If those words sound familiar, it’s because they served as an odd, seemingly irrelevant prologue to Perestroika, the second half of Kushner’s Angels in America. In Slavs!, they’re expanded upon as the central notion in an evening of heady philosophizing that’s every bit as frustrating as it is intriguing.
Kushner has described the show as a coda to Angels, and its take on the loss of idealism is certainly of a piece with the earlier work’s sentiments. But while the author has filled this new dissertation with lesbians, lovesick apparatchiks, bottled brains, silent children, screaming mothers, and a wealth of incident ranging from the Chernobyl nuclear disaster to a heavenly communist convocation, he hasn’t come up with something that could be called drama. Rather, he’s devised a Shavian framework for the asking of political questions, mostly centered on whether people will submit to being “moldable clay in the hands of history.”
Shaw he’s not, but he may be the closest approximation the U.S. theater can muster at the moment. And when he sets tongues wagging in Slavs!, they tend to wrap around conversation that’s at least as startling, if not always as rewarding, as it was in Angels: “The brain inhabits the body as a virus inhabits a cell,” says someone. “If Dostoevsky had lived in America and had a sunnier disposition, he might have been Emerson,” says someone else. For those who fancy bright cocktail chatter, there’s plenty here.

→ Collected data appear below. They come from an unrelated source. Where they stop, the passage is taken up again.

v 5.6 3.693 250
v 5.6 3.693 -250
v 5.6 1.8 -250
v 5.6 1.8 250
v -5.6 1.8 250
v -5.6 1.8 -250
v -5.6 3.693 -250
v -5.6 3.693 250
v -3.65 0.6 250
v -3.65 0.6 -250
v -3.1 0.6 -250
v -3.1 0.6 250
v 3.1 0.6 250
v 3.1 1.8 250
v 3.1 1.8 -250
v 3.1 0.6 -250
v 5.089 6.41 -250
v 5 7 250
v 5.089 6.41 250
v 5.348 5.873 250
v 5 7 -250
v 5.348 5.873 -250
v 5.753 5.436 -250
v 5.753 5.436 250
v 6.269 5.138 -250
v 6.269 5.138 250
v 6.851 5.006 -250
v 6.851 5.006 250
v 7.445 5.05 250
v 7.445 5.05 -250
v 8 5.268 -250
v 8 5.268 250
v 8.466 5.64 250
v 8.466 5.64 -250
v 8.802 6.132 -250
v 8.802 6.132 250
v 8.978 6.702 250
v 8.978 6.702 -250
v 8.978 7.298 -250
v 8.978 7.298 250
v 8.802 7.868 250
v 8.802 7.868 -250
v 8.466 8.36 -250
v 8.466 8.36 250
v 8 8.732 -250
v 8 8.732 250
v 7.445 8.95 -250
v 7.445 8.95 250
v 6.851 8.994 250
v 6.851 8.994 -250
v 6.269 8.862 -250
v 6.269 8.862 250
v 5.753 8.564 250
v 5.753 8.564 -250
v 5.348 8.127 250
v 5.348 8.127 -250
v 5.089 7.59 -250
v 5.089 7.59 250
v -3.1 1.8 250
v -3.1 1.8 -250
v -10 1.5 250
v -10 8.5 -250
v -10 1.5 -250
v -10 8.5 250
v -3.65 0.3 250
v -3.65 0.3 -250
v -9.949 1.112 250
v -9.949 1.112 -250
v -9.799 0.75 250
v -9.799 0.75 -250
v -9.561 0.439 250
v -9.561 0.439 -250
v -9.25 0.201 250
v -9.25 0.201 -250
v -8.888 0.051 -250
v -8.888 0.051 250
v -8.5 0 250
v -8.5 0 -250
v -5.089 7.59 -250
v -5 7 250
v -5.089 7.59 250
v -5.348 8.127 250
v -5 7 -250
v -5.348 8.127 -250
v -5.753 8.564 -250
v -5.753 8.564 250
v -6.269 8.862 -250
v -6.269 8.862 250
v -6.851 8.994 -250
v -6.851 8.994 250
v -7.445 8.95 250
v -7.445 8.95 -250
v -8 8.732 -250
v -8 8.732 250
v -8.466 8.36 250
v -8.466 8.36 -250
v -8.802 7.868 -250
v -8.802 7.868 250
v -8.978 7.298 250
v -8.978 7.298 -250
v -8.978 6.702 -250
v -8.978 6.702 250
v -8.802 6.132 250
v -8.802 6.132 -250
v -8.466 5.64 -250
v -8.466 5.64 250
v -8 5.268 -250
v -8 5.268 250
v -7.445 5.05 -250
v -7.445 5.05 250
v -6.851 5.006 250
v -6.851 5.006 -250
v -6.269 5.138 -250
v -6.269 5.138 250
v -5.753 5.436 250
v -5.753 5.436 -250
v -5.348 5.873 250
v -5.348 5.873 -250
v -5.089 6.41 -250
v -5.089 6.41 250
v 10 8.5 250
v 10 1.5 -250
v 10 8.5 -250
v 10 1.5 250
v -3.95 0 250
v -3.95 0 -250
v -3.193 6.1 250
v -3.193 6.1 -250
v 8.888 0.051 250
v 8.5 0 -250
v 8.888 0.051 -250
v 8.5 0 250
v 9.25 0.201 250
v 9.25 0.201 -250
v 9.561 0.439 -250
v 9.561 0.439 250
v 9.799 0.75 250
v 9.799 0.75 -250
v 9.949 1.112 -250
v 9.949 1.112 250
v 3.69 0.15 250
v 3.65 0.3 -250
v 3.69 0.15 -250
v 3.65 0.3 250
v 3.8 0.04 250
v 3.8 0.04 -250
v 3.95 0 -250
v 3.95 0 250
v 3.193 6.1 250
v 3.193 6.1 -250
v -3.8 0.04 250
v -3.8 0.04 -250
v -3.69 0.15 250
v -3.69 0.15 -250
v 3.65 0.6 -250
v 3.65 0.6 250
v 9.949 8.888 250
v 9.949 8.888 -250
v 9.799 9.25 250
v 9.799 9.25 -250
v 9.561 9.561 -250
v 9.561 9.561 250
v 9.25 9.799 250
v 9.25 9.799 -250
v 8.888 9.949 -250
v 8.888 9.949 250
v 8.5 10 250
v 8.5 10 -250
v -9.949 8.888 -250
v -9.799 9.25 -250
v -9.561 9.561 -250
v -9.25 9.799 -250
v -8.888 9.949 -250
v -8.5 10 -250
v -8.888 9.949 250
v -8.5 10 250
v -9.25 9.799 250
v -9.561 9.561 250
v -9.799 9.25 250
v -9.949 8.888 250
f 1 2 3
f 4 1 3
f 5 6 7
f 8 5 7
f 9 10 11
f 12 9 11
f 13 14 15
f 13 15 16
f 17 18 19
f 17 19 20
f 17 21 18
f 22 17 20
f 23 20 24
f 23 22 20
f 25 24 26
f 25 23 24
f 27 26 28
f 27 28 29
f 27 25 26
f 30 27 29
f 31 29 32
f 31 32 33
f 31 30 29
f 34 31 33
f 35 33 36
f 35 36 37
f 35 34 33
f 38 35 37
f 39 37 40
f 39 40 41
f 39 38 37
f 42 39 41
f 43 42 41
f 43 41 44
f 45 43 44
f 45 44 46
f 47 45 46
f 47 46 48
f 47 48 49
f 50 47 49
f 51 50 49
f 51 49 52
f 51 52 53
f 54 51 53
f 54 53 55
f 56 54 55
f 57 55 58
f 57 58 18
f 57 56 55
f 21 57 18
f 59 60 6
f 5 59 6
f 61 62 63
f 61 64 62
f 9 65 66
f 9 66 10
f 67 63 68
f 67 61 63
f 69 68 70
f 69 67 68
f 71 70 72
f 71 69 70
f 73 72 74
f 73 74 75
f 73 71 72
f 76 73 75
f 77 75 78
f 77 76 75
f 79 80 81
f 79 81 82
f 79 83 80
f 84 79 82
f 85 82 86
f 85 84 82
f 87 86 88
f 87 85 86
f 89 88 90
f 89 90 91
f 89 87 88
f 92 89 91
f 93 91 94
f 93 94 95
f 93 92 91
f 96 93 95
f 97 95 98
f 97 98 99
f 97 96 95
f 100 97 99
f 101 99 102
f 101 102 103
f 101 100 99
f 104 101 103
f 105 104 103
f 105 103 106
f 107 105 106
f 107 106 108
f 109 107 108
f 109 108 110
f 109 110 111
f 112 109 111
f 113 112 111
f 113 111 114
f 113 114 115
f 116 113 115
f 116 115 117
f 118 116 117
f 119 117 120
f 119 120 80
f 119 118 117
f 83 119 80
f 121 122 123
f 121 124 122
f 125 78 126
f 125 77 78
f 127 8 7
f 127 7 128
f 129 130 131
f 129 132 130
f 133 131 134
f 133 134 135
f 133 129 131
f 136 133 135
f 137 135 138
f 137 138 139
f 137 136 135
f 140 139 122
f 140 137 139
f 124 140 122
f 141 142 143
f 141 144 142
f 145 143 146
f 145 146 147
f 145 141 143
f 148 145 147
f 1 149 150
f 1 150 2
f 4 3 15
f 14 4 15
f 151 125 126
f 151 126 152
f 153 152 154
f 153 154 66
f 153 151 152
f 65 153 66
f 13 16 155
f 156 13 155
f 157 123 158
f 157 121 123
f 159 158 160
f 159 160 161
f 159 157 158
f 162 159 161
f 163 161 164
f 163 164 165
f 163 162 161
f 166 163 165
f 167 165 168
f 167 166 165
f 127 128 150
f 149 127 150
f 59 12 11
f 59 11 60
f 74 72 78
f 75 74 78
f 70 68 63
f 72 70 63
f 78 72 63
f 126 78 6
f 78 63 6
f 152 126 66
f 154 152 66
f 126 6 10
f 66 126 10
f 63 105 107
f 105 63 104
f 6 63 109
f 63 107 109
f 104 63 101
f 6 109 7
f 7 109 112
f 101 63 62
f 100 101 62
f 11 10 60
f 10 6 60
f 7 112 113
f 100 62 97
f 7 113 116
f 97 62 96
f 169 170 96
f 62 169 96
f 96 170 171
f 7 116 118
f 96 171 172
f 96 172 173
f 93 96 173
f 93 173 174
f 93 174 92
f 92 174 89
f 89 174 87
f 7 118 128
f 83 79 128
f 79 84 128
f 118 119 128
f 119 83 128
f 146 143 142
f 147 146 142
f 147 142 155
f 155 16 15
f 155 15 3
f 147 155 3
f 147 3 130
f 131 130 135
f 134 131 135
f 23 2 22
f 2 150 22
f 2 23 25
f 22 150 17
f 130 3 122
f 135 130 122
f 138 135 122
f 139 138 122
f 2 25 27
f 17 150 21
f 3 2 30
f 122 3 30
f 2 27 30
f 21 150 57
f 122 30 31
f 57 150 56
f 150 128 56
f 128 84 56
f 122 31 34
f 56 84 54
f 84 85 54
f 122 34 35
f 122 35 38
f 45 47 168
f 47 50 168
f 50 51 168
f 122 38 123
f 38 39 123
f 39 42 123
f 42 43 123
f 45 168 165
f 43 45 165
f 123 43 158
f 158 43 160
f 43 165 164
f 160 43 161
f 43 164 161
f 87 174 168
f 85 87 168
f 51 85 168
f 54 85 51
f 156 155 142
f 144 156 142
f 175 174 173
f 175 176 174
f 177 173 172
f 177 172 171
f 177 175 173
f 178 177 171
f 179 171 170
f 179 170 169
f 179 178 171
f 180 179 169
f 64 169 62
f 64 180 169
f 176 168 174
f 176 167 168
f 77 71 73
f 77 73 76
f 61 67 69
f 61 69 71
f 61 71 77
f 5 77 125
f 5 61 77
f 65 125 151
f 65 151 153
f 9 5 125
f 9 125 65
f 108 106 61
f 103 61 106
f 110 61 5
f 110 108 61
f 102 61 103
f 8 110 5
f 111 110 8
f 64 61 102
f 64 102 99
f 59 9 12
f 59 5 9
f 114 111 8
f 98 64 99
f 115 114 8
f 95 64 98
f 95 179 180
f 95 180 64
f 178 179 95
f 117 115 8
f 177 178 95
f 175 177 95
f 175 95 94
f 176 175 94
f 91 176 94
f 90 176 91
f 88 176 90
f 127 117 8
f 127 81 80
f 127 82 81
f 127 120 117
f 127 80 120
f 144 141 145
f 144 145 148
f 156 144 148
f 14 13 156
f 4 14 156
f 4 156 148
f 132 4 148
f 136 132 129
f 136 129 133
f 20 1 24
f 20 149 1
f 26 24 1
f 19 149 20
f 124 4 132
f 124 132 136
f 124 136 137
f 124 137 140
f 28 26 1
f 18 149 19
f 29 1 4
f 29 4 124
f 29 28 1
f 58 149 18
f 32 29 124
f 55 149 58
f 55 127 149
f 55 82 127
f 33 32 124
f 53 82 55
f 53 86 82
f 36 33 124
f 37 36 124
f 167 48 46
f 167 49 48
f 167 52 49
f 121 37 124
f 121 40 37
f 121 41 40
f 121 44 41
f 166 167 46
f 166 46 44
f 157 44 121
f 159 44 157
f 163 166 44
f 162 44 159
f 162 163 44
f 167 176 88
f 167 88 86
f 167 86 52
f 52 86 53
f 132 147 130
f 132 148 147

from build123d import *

# Parameters (mm, degrees)
SKETCH_1_R      = 2
EXTRUDE_1_DEPTH = 250


with BuildPart() as part:
    # 草图1 → 凸台-拉伸1 (new, symmetric)
    with BuildSketch(Plane.XY):
        with BuildLine():
            Line((-8.5, 0), (-3.95, 0))
            ThreePointArc((-3.95, 0), (-3.737867966, 0.087867966), (-3.65, 0.3))
            Line((-3.65, 0.3), (-3.65, 0.6))
            Line((-3.65, 0.6), (-3.1, 0.6))
            Line((-3.1, 0.6), (-3.1, 1.8))
            Line((-3.1, 1.8), (-5.6, 1.8))
            Line((-5.6, 1.8), (-5.6, 3.692893219))
            Line((-5.6, 3.692893219), (-3.192893219, 6.1))
            Line((-3.192893219, 6.1), (3.192893219, 6.1))
            Line((3.192893219, 6.1), (5.6, 3.692893219))
            Line((5.6, 3.692893219), (5.6, 1.8))
            Line((5.6, 1.8), (3.1, 1.8))
            Line((3.1, 1.8), (3.1, 0.6))
            Line((3.1, 0.6), (3.65, 0.6))
            Line((3.65, 0.6), (3.65, 0.3))
            ThreePointArc((3.65, 0.3), (3.737867966, 0.087867966), (3.95, 0))
            Line((3.95, 0), (8.5, 0))
            ThreePointArc((8.5, 0), (9.560660172, 0.439339828), (10, 1.5))
            Line((10, 1.5), (10, 8.5))
            ThreePointArc((10, 8.5), (9.560660172, 9.560660172), (8.5, 10))
            Line((8.5, 10), (-8.5, 10))
            ThreePointArc((-8.5, 10), (-9.560660172, 9.560660172), (-10, 8.5))
            Line((-10, 8.5), (-10, 1.5))
            ThreePointArc((-10, 1.5), (-9.560660172, 0.439339828), (-8.5, 0))
        make_face()
        with Locations((-7, 7)):
            Circle(SKETCH_1_R, mode=Mode.SUBTRACT)
        with Locations(Location((7, 7, 0), (0, 0, 180))):
            Circle(SKETCH_1_R, mode=Mode.SUBTRACT)
    extrude(amount=EXTRUDE_1_DEPTH, both=True)


solid = part.part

There’s also a certain amount of substantial thought that bubbles to the surface most persuasively when it’s encapsulated in emotion. The fury and frustration of a mother (Nancy Robinette) whose 10-year-old has never spoken (possibly because a previous, now-unaccountable regime dumped nuclear waste near her birthplace) does not require spoken words to register with an audience.
De Raey’s intelligent, quasi-cinematic staging works relative wonders with the diffuse script. By subtly encouraging patrons to focus on physical movement that complements the swirl of ideas, the director makes those ideas seem more concrete than you might think possible. And he gets sensitive performances from a cast that ought really to have rebelled at having to speak in Russian accents thicker than vodka left overnight in a freezer. Though no amount of clever staging would make Slavs! rewarding in conventionally dramatic ways, what can be done with the work is being done—and done compellingly—at Studio.